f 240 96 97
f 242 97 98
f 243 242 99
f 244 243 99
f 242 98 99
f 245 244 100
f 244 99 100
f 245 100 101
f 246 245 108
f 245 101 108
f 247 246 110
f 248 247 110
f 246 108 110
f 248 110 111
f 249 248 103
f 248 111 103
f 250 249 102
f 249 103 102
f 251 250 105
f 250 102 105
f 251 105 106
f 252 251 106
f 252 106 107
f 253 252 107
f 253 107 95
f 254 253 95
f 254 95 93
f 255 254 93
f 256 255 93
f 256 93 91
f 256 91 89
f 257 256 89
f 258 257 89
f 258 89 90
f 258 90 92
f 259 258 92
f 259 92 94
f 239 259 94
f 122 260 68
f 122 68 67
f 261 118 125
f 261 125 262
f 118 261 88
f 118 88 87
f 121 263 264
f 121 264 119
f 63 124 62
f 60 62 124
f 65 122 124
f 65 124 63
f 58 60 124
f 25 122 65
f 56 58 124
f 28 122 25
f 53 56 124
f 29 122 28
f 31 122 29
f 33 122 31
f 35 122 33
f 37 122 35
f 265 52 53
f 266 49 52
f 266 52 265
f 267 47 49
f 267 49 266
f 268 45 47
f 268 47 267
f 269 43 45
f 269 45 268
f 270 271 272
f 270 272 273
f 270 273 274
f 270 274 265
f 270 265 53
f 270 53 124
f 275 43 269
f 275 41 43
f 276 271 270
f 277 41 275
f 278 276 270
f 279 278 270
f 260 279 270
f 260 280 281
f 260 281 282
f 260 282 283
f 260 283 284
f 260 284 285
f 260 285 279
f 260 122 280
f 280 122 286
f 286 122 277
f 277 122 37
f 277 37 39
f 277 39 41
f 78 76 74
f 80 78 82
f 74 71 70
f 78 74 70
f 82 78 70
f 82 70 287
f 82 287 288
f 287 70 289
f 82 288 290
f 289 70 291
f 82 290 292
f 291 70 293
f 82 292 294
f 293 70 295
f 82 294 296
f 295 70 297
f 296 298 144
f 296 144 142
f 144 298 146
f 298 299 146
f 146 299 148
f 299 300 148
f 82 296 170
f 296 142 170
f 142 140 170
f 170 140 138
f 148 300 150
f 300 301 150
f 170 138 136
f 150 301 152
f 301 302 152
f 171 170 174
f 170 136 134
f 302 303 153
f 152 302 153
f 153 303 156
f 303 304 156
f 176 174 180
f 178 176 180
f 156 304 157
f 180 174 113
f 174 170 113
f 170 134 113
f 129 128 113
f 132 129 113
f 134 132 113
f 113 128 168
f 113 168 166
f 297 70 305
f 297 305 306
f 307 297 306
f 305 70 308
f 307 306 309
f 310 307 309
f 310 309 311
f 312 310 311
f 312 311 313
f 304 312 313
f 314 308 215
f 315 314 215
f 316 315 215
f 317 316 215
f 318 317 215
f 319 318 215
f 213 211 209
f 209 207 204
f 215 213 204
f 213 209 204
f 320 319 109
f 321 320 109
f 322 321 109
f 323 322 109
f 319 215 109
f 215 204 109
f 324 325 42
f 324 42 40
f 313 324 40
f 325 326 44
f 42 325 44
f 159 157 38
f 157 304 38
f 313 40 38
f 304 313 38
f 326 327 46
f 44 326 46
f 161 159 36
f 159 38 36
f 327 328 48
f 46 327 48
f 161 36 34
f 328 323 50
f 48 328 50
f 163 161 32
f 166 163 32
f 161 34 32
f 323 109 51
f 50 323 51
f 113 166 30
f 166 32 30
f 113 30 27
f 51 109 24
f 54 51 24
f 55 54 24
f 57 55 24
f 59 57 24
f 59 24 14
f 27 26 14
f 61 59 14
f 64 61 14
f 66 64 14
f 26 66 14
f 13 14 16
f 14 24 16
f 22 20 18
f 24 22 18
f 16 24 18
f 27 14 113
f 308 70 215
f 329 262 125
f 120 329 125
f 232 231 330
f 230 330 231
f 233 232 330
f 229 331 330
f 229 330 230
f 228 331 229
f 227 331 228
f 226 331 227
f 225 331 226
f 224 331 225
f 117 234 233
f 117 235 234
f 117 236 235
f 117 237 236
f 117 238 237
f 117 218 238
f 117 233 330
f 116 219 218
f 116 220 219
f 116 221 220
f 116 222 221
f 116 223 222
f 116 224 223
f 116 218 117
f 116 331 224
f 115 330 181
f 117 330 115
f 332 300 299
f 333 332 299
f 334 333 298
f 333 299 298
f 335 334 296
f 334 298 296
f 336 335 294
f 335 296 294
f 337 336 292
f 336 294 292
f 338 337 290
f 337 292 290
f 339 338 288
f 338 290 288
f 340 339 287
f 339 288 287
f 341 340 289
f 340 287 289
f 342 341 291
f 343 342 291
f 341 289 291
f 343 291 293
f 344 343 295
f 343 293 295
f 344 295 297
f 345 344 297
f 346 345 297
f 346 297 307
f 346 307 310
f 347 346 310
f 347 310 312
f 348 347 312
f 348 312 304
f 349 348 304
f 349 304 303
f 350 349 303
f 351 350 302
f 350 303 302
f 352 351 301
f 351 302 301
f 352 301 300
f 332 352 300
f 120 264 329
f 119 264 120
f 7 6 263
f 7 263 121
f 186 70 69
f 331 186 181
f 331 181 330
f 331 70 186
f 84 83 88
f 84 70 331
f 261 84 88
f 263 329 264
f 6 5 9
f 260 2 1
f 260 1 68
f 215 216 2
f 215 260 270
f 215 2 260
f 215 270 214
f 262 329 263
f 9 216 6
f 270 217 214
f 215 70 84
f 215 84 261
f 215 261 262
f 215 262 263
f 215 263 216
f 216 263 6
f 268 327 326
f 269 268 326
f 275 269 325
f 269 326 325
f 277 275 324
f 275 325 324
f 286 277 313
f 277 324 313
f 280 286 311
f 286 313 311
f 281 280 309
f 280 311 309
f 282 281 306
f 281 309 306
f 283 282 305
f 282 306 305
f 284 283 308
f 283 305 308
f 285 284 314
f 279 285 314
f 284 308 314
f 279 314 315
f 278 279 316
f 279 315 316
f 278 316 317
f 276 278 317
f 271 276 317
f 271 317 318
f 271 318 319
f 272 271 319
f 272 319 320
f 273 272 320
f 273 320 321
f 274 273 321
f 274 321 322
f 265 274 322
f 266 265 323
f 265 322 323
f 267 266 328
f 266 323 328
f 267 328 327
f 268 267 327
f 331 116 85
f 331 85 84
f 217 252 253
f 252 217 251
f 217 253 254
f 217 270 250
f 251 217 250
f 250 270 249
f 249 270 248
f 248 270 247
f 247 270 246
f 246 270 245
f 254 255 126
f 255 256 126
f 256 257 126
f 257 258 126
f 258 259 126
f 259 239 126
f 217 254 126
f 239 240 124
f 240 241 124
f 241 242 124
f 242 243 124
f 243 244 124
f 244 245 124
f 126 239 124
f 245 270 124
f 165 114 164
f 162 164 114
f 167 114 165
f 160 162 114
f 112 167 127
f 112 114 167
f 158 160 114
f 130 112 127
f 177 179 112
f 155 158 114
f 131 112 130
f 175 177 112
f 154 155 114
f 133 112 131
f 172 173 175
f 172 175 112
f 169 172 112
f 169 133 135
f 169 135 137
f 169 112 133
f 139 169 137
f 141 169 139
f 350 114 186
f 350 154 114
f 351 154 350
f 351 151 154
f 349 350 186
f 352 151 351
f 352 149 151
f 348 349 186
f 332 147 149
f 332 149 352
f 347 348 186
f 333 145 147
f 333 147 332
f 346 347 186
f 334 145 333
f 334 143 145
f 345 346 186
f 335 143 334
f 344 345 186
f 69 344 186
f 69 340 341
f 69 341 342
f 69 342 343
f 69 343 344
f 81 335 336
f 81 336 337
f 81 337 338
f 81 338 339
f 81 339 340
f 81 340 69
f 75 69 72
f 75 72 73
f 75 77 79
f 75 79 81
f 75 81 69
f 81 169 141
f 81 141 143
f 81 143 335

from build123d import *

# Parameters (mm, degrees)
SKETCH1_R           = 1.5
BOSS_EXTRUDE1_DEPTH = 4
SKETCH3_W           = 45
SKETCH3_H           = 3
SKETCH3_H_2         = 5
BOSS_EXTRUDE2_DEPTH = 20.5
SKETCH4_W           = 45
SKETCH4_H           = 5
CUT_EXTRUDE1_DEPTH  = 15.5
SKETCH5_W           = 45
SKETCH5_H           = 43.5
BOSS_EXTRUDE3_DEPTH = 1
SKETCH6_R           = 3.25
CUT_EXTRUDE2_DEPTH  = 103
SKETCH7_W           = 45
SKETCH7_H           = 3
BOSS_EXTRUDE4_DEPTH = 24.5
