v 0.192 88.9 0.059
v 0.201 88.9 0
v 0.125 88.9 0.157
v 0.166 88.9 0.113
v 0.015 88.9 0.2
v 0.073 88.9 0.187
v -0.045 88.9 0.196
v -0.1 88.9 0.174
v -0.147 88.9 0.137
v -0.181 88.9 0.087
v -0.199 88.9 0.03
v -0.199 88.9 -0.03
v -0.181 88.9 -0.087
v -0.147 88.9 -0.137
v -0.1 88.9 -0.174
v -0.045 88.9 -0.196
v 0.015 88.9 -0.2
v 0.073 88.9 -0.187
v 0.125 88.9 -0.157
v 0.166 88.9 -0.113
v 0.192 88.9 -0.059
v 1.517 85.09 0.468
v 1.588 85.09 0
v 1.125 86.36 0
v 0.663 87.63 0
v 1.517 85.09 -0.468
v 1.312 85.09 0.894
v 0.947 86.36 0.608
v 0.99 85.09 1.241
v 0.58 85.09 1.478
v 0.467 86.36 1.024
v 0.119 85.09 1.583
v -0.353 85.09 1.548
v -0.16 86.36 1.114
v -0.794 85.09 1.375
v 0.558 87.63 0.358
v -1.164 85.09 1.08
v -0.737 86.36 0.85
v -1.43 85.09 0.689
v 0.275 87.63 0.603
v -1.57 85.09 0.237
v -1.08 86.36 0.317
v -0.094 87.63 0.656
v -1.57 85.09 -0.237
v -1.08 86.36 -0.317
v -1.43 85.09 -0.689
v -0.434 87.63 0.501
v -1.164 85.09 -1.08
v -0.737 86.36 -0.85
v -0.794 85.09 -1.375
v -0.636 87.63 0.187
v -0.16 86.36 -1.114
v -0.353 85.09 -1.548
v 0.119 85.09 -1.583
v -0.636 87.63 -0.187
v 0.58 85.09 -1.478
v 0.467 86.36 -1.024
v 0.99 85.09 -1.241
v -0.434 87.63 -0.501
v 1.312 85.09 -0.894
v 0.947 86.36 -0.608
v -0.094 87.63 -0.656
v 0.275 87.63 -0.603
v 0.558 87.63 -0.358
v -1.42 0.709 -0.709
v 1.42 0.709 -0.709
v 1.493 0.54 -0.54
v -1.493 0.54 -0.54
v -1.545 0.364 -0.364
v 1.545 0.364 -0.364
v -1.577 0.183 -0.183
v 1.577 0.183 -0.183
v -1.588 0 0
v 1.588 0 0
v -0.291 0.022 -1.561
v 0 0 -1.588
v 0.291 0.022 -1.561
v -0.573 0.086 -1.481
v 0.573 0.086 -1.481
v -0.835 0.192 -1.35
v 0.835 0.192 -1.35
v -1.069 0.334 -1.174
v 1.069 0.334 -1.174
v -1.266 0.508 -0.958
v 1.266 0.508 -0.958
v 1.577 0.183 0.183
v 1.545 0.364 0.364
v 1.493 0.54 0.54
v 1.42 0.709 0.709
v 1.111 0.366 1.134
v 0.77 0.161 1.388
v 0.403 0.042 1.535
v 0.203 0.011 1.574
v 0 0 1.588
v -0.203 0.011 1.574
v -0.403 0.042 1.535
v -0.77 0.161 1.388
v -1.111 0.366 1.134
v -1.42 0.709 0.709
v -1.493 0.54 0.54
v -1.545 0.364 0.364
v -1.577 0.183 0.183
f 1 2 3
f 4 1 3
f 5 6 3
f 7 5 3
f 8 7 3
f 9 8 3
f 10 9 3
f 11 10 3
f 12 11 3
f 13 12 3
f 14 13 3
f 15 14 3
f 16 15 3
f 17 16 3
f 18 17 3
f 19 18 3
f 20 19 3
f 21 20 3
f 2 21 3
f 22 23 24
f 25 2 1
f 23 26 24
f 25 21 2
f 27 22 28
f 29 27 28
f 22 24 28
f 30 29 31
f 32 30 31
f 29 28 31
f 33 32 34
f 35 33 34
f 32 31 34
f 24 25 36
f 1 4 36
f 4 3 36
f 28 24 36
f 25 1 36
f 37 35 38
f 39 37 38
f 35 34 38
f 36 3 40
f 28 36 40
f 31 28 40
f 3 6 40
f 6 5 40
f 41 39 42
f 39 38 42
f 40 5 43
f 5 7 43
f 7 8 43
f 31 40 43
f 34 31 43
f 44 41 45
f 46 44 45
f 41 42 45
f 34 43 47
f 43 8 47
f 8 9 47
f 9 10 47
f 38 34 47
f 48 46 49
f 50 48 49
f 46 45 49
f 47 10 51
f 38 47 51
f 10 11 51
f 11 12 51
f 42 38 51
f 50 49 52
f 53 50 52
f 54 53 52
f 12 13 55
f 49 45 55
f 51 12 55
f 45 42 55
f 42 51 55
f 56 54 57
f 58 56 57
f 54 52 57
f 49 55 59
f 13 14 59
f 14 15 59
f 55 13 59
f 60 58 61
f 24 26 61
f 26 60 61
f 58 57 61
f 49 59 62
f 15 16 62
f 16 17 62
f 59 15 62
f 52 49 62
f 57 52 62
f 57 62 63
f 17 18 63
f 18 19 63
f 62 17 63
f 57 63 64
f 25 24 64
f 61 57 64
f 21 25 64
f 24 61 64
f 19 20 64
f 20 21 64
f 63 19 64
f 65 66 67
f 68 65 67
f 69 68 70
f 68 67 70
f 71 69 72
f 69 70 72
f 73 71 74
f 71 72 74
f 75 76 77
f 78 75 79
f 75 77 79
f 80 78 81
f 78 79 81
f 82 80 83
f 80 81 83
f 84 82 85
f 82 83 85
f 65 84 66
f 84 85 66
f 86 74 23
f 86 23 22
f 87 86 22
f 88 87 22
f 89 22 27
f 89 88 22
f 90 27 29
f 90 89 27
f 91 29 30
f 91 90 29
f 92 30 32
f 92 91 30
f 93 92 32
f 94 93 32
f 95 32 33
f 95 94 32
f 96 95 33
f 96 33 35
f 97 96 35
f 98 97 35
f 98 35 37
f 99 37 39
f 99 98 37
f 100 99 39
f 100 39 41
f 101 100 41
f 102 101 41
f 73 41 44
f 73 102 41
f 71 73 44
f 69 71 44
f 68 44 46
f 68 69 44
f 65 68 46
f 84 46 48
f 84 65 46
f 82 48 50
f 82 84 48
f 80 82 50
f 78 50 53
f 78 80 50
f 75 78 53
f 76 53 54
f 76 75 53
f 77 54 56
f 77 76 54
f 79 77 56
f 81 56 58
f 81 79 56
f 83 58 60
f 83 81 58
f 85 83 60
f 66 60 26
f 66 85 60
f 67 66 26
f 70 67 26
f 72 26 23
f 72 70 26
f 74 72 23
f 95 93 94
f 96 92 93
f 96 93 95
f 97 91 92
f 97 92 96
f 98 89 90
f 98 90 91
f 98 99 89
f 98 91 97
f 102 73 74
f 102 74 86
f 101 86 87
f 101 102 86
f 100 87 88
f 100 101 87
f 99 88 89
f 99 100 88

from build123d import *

# Parameters (mm, degrees)
F0_R     = 1.5875
F1_DEPTH = 88.9
F2_SIZE2 = 1.386727
F2_SIZE  = 3.81
F4_DEPTH = 25.4
F5_DEPTH = 25.4


with BuildPart() as f1:
    # F0 (on Front) → F1 (new body)
    with BuildSketch(Plane.XZ):
        Circle(F0_R)
    extrude(amount=-F1_DEPTH)

    # F2
    f2_edges = [f1.edges().sort_by_distance(p)[0] for p in [
        (-1.5875, 88.9, 0),
    ]]
    chamfer(f2_edges, length=F2_SIZE, length2=F2_SIZE2)

    # F3 (on Right) → F4 (cut)
    with BuildSketch(Plane.YZ):
        Polygon((0.709303, -0.709303), (0, 0), (0, -1.5875), align=None)
        Polygon((0.709303, 0.709303), (0, 1.5875), (0, 0), align=None)
    extrude(amount=-F4_DEPTH, mode=Mode.SUBTRACT)

    # F3 (on Right) → F5 (cut)
    with BuildSketch(Plane.YZ):
        Polygon((0.709303, -0.709303), (0, 0), (0, -1.5875), align=None)
        Polygon((0.709303, 0.709303), (0, 1.5875), (0, 0), align=None)
    extrude(amount=F5_DEPTH, mode=Mode.SUBTRACT)


solid = f1.part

### Exercise directions
Copy, exactly and only, the lines above that begin with the one containing "f 318 317 215" and finish with the one containing "f 333 299 298".

### Answer section
f 318 317 215
f 319 318 215
f 213 211 209
f 209 207 204
f 215 213 204
f 213 209 204
f 320 319 109
f 321 320 109
f 322 321 109
f 323 322 109
f 319 215 109
f 215 204 109
f 324 325 42
f 324 42 40
f 313 324 40
f 325 326 44
f 42 325 44
f 159 157 38
f 157 304 38
f 313 40 38
f 304 313 38
f 326 327 46
f 44 326 46
f 161 159 36
f 159 38 36
f 327 328 48
f 46 327 48
f 161 36 34
f 328 323 50
f 48 328 50
f 163 161 32
f 166 163 32
f 161 34 32
f 323 109 51
f 50 323 51
f 113 166 30
f 166 32 30
f 113 30 27
f 51 109 24
f 54 51 24
f 55 54 24
f 57 55 24
f 59 57 24
f 59 24 14
f 27 26 14
f 61 59 14
f 64 61 14
f 66 64 14
f 26 66 14
f 13 14 16
f 14 24 16
f 22 20 18
f 24 22 18
f 16 24 18
f 27 14 113
f 308 70 215
f 329 262 125
f 120 329 125
f 232 231 330
f 230 330 231
f 233 232 330
f 229 331 330
f 229 330 230
f 228 331 229
f 227 331 228
f 226 331 227
f 225 331 226
f 224 331 225
f 117 234 233
f 117 235 234
f 117 236 235
f 117 237 236
f 117 238 237
f 117 218 238
f 117 233 330
f 116 219 218
f 116 220 219
f 116 221 220
f 116 222 221
f 116 223 222
f 116 224 223
f 116 218 117
f 116 331 224
f 115 330 181
f 117 330 115
f 332 300 299
f 333 332 299
f 334 333 298
f 333 299 298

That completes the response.